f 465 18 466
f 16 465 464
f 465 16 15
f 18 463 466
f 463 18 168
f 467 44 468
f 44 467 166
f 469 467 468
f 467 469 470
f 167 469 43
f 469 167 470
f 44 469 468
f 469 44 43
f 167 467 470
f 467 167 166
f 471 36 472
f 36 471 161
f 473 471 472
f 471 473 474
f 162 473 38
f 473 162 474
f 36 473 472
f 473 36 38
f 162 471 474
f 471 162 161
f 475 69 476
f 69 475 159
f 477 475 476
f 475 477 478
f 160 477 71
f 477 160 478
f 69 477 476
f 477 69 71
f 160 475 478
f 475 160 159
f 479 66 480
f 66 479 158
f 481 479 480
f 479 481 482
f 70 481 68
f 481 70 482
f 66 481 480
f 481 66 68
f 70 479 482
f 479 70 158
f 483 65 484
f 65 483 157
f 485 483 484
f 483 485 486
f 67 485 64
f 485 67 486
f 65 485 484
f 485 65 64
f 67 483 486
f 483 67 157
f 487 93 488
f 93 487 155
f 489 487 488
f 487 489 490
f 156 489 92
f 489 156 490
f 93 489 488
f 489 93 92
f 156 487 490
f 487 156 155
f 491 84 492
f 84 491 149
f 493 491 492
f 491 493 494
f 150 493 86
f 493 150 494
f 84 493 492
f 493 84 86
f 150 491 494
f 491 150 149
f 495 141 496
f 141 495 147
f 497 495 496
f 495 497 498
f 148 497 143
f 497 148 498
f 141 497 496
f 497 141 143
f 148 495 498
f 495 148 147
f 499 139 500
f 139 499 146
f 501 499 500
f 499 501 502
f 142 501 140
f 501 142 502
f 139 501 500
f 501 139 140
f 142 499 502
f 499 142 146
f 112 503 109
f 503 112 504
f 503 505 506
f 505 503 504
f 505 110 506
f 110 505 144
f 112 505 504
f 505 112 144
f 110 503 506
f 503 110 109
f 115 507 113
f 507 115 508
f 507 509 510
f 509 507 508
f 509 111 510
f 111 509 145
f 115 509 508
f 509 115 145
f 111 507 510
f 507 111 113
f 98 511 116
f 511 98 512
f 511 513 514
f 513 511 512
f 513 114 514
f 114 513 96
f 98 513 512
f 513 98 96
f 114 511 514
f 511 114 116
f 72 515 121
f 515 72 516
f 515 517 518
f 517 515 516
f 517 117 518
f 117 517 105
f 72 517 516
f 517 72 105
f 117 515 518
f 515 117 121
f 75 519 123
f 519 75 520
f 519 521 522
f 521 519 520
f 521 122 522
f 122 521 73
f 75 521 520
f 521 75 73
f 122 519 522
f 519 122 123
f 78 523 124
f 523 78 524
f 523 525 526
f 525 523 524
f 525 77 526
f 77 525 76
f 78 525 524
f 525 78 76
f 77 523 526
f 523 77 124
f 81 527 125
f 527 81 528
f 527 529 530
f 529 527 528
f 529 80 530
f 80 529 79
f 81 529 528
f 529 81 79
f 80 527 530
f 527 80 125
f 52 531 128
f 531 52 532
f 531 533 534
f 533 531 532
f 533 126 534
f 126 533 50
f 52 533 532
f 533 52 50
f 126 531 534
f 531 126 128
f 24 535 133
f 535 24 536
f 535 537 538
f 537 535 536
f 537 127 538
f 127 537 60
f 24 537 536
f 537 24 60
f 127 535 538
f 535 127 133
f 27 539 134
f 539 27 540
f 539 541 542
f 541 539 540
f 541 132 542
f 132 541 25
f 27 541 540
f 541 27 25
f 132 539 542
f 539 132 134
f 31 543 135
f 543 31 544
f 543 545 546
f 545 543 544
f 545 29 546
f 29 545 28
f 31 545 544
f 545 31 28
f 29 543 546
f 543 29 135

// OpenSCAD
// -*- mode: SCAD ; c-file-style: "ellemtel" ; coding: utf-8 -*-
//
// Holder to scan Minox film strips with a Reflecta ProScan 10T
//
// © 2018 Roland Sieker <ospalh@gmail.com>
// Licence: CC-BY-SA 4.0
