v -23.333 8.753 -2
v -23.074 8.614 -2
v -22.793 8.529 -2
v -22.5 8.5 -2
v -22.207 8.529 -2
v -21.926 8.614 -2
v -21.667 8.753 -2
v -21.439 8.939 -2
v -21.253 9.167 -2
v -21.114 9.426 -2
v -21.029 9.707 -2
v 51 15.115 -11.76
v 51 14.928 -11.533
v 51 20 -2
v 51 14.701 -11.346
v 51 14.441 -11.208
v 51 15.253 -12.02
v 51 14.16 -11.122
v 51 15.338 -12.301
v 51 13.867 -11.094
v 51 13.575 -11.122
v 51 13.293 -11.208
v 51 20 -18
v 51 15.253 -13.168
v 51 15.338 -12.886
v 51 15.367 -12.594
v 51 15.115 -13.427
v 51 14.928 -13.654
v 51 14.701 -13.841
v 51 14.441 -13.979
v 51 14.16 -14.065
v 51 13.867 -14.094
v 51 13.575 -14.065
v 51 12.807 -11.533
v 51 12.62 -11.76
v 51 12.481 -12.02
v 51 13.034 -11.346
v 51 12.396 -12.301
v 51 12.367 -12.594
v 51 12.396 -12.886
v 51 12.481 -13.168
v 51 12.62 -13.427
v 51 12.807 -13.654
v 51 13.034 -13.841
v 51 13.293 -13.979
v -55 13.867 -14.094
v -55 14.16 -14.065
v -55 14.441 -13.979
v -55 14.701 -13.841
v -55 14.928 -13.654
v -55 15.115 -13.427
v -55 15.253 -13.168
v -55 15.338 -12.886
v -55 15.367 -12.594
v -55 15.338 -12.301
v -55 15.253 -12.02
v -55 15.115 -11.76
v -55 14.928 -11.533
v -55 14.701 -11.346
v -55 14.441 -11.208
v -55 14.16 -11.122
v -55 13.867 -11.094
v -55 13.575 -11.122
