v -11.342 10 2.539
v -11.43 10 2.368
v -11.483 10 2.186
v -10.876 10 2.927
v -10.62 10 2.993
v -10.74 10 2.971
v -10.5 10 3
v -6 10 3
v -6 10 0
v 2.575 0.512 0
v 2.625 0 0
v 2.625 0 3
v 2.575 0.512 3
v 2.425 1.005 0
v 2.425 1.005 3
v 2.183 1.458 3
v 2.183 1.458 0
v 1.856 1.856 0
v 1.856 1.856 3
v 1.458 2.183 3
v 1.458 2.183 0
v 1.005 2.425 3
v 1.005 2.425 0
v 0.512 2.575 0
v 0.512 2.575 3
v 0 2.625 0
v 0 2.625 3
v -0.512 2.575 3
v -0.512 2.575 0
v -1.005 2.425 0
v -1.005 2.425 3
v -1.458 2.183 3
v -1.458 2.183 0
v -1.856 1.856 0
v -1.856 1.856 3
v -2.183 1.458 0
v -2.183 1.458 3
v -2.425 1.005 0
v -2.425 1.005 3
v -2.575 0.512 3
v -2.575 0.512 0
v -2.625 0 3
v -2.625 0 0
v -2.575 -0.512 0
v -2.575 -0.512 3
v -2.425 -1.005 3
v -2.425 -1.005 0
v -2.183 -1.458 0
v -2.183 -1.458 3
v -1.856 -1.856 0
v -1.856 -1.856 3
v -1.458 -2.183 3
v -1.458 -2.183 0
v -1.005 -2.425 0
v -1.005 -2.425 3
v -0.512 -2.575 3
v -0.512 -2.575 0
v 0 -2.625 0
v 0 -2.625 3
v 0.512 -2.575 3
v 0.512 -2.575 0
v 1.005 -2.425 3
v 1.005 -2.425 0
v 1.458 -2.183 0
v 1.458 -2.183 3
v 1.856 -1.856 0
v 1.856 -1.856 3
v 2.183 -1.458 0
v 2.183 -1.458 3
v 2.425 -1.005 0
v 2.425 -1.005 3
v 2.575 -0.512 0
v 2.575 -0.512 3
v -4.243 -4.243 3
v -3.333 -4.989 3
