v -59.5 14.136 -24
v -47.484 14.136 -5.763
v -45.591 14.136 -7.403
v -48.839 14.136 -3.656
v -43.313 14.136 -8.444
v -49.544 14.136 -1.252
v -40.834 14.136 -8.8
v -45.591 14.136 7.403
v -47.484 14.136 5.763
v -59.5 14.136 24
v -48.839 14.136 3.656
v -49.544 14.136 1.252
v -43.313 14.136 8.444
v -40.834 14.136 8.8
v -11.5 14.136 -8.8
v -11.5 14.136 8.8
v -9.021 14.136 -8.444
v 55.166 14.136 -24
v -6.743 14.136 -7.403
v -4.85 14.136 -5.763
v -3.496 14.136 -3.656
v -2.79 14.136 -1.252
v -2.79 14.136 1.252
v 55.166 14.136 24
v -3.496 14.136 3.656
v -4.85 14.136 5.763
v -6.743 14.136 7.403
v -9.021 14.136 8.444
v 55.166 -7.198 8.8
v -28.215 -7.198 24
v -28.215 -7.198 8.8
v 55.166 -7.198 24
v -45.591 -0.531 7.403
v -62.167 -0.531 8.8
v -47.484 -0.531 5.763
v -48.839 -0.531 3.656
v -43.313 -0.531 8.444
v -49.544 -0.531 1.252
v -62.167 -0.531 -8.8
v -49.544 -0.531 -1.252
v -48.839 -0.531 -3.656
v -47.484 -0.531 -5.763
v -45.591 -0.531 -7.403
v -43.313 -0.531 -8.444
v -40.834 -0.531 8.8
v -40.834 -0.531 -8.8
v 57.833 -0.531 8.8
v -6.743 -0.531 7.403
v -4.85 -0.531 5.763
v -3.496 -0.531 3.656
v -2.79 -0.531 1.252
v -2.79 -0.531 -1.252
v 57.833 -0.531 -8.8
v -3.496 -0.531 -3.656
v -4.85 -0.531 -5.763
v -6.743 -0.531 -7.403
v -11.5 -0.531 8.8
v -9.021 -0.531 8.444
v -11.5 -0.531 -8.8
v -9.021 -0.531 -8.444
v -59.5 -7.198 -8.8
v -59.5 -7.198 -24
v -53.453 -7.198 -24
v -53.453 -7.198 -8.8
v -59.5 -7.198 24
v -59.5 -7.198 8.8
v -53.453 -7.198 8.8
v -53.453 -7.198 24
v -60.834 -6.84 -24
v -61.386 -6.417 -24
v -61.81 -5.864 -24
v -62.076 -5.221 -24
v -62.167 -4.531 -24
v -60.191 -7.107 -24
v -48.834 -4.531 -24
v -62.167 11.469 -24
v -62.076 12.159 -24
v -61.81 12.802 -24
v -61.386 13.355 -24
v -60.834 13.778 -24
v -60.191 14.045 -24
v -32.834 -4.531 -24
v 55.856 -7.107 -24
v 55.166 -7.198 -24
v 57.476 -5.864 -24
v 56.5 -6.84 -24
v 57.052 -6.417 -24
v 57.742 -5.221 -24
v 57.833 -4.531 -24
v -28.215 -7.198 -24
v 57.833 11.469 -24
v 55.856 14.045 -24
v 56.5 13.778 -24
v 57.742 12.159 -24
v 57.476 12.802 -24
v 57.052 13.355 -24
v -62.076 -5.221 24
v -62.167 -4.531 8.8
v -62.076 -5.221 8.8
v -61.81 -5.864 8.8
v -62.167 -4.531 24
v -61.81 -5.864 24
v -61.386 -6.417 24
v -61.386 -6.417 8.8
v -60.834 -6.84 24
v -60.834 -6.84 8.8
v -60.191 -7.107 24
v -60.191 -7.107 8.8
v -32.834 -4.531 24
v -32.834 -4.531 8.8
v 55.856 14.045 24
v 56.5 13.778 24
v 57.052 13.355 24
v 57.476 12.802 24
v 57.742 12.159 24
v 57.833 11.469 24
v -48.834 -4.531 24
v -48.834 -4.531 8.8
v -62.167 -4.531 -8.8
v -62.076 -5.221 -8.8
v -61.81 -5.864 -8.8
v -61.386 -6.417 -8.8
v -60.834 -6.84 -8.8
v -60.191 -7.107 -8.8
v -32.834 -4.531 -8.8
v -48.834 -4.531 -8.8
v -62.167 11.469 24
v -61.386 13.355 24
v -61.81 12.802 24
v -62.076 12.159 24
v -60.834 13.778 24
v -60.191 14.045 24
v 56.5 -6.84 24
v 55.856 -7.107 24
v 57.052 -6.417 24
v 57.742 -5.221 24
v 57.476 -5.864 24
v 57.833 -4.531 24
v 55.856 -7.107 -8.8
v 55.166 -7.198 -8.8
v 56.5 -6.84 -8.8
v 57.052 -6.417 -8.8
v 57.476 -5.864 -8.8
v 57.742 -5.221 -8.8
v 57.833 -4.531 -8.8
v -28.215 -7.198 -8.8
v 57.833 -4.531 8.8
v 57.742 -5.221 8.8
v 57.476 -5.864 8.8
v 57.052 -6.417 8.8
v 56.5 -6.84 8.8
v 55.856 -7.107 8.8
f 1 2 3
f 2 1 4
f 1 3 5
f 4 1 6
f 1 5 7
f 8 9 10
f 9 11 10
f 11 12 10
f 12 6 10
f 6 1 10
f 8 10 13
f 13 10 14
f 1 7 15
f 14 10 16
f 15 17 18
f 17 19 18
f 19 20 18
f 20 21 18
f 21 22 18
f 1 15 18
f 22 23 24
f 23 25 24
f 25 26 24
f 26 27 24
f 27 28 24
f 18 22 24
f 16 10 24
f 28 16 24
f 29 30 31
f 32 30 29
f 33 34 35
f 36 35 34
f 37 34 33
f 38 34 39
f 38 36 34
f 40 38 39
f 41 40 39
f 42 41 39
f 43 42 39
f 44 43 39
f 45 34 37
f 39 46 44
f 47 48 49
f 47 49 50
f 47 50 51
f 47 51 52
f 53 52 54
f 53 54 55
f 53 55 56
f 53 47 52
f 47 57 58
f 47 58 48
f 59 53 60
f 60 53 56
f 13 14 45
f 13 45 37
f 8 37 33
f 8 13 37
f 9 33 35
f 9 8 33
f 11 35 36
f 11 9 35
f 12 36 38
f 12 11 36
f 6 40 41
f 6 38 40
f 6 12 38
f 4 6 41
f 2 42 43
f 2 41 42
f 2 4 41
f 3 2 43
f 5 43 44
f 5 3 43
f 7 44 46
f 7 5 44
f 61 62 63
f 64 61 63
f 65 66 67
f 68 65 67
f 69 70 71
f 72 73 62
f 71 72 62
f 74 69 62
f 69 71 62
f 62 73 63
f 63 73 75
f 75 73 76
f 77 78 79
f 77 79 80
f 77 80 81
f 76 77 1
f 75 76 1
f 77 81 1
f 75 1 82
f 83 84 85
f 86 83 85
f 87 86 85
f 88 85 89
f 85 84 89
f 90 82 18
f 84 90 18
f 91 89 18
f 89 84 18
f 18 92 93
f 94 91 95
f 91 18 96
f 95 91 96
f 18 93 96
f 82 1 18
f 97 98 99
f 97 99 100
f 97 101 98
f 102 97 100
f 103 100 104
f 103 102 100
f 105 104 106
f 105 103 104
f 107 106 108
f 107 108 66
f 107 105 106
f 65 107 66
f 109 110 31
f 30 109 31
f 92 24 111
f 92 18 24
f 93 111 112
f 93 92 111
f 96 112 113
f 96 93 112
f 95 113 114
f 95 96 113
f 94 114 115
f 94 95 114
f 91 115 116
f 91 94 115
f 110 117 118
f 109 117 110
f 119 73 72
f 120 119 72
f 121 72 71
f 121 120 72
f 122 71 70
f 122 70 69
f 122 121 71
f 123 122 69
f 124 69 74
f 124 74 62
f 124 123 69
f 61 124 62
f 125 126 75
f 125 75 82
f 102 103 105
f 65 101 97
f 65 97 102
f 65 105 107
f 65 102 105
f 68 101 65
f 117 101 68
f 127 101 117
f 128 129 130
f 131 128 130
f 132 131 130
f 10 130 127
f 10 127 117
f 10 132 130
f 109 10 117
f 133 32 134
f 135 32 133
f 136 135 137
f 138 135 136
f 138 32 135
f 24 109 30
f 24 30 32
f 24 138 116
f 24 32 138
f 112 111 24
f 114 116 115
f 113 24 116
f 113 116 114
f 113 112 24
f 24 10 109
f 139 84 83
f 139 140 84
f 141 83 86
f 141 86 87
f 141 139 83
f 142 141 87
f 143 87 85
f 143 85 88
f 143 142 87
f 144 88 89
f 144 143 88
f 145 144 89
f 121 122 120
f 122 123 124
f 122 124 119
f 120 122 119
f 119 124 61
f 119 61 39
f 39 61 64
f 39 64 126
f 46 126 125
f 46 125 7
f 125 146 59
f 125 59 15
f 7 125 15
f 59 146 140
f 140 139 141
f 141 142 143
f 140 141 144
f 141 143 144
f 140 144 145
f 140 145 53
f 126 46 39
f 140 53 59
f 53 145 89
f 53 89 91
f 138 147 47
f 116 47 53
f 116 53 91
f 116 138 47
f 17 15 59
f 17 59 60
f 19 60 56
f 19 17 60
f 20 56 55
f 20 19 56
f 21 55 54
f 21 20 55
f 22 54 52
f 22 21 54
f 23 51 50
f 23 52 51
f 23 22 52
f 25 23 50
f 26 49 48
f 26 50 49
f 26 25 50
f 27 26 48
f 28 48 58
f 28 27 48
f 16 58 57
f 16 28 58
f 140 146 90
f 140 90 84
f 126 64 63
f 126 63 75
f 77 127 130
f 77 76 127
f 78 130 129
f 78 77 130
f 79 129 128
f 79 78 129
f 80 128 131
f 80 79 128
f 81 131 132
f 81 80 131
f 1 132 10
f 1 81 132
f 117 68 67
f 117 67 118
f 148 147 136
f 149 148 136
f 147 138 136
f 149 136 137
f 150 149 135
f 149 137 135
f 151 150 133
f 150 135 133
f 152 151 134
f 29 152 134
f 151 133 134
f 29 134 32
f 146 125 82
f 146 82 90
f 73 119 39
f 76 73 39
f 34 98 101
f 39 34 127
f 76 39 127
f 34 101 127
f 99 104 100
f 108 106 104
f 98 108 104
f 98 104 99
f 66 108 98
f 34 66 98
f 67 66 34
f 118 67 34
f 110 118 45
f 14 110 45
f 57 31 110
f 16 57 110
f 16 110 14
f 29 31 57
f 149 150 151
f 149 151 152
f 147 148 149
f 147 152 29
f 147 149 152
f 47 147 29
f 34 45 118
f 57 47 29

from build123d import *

# Parameters (mm, degrees)
SKETCH_1_W          = 45
SKETCH_1_H          = 8
EXTRUDE_1_DEPTH     = 9
CUT_EXTRUDE_1_DEPTH = 26.51960031
SKETCH_4_W          = 6.6
SKETCH_4_H          = 2.5
CUT_EXTRUDE_2_DEPTH = 47.583258795
CUT_EXTRUDE_3_DEPTH = 30.904013109
FILLET_1_R          = 1
SCALE_1_SCALE       = 2.666666667


with BuildPart() as part:
    # 草图1 → 凸台-拉伸1 (new, symmetric)
    with BuildSketch(Plane.XY):
        with Locations((0, 4)):
            Rectangle(SKETCH_1_W, SKETCH_1_H)
    extrude(amount=EXTRUDE_1_DEPTH, both=True)

    # 草图2 → 切除-拉伸1 (cut, through all)
    with BuildSketch(Plane(origin=(0, 8, 0), x_dir=(1, 0, 0), z_dir=(0, 1, 0))):
        with BuildLine():
            Line((-14.5, 3.3), (-3.5, 3.3))
            ThreePointArc((-3.5, 3.3), (-0.2, 0), (-3.5, -3.3))
            Line((-3.5, -3.3), (-14.5, -3.3))
            ThreePointArc((-14.5, -3.3), (-17.8, 0), (-14.5, 3.3))
        make_face()
    extrude(amount=-CUT_EXTRUDE_1_DEPTH, mode=Mode.SUBTRACT)

    # 草图4 → 切除-拉伸2 (cut, through all)
    with BuildSketch(Plane(origin=(22.5, 0, 0), x_dir=(0, 0, -1), z_dir=(1, 0, 0))):
        with Locations((0, 1.25)):
            Rectangle(SKETCH_4_W, SKETCH_4_H)
    extrude(amount=-CUT_EXTRUDE_2_DEPTH, mode=Mode.SUBTRACT)

    # 草图5 → 切除-拉伸3 (cut, through all)
    with BuildSketch(Plane.XY.offset(9)):
        Polygon((-17.5, 1), (-11.5, 1), (-9.767949192, 0), (-19.232050808, 0), align=None)
    extrude(amount=-CUT_EXTRUDE_3_DEPTH, mode=Mode.SUBTRACT)

    # 圆角1
    fillet_1_edges = [part.edges().sort_by_distance(p)[0] for p in [
        (22.5, 0, -6.15),
        (-22.5, 0, -6.15),
        (-22.5, 8, 0),
        (22.5, 8, 0),
        (22.5, 0, 6.15),
        (-22.5, 0, 6.15),
    ]]
    fillet(fillet_1_edges, radius=FILLET_1_R)


with BuildPart() as part_1:
    # 缩放比例1: scaled about (1.300247122, 4.318589473, 0)
    add(part.part.scale(SCALE_1_SCALE).moved(Location((-2.167078537, -7.197649122, 0))))


solid = part_1.part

────────────────

WHAT IS REQUIRED
What is needed is every line from the beginning of the data up to and including the line with "f 493 150 494", given again word for word.

WORKED SOLUTION
f 465 18 466
f 16 465 464
f 465 16 15
f 18 463 466
f 463 18 168
f 467 44 468
f 44 467 166
f 469 467 468
f 467 469 470
f 167 469 43
f 469 167 470
f 44 469 468
f 469 44 43
f 167 467 470
f 467 167 166
f 471 36 472
f 36 471 161
f 473 471 472
f 471 473 474
f 162 473 38
f 473 162 474
f 36 473 472
f 473 36 38
f 162 471 474
f 471 162 161
f 475 69 476
f 69 475 159
f 477 475 476
f 475 477 478
f 160 477 71
f 477 160 478
f 69 477 476
f 477 69 71
f 160 475 478
f 475 160 159
f 479 66 480
f 66 479 158
f 481 479 480
f 479 481 482
f 70 481 68
f 481 70 482
f 66 481 480
f 481 66 68
f 70 479 482
f 479 70 158
f 483 65 484
f 65 483 157
f 485 483 484
f 483 485 486
f 67 485 64
f 485 67 486
f 65 485 484
f 485 65 64
f 67 483 486
f 483 67 157
f 487 93 488
f 93 487 155
f 489 487 488
f 487 489 490
f 156 489 92
f 489 156 490
f 93 489 488
f 489 93 92
f 156 487 490
f 487 156 155
f 491 84 492
f 84 491 149
f 493 491 492
f 491 493 494
f 150 493 86
f 493 150 494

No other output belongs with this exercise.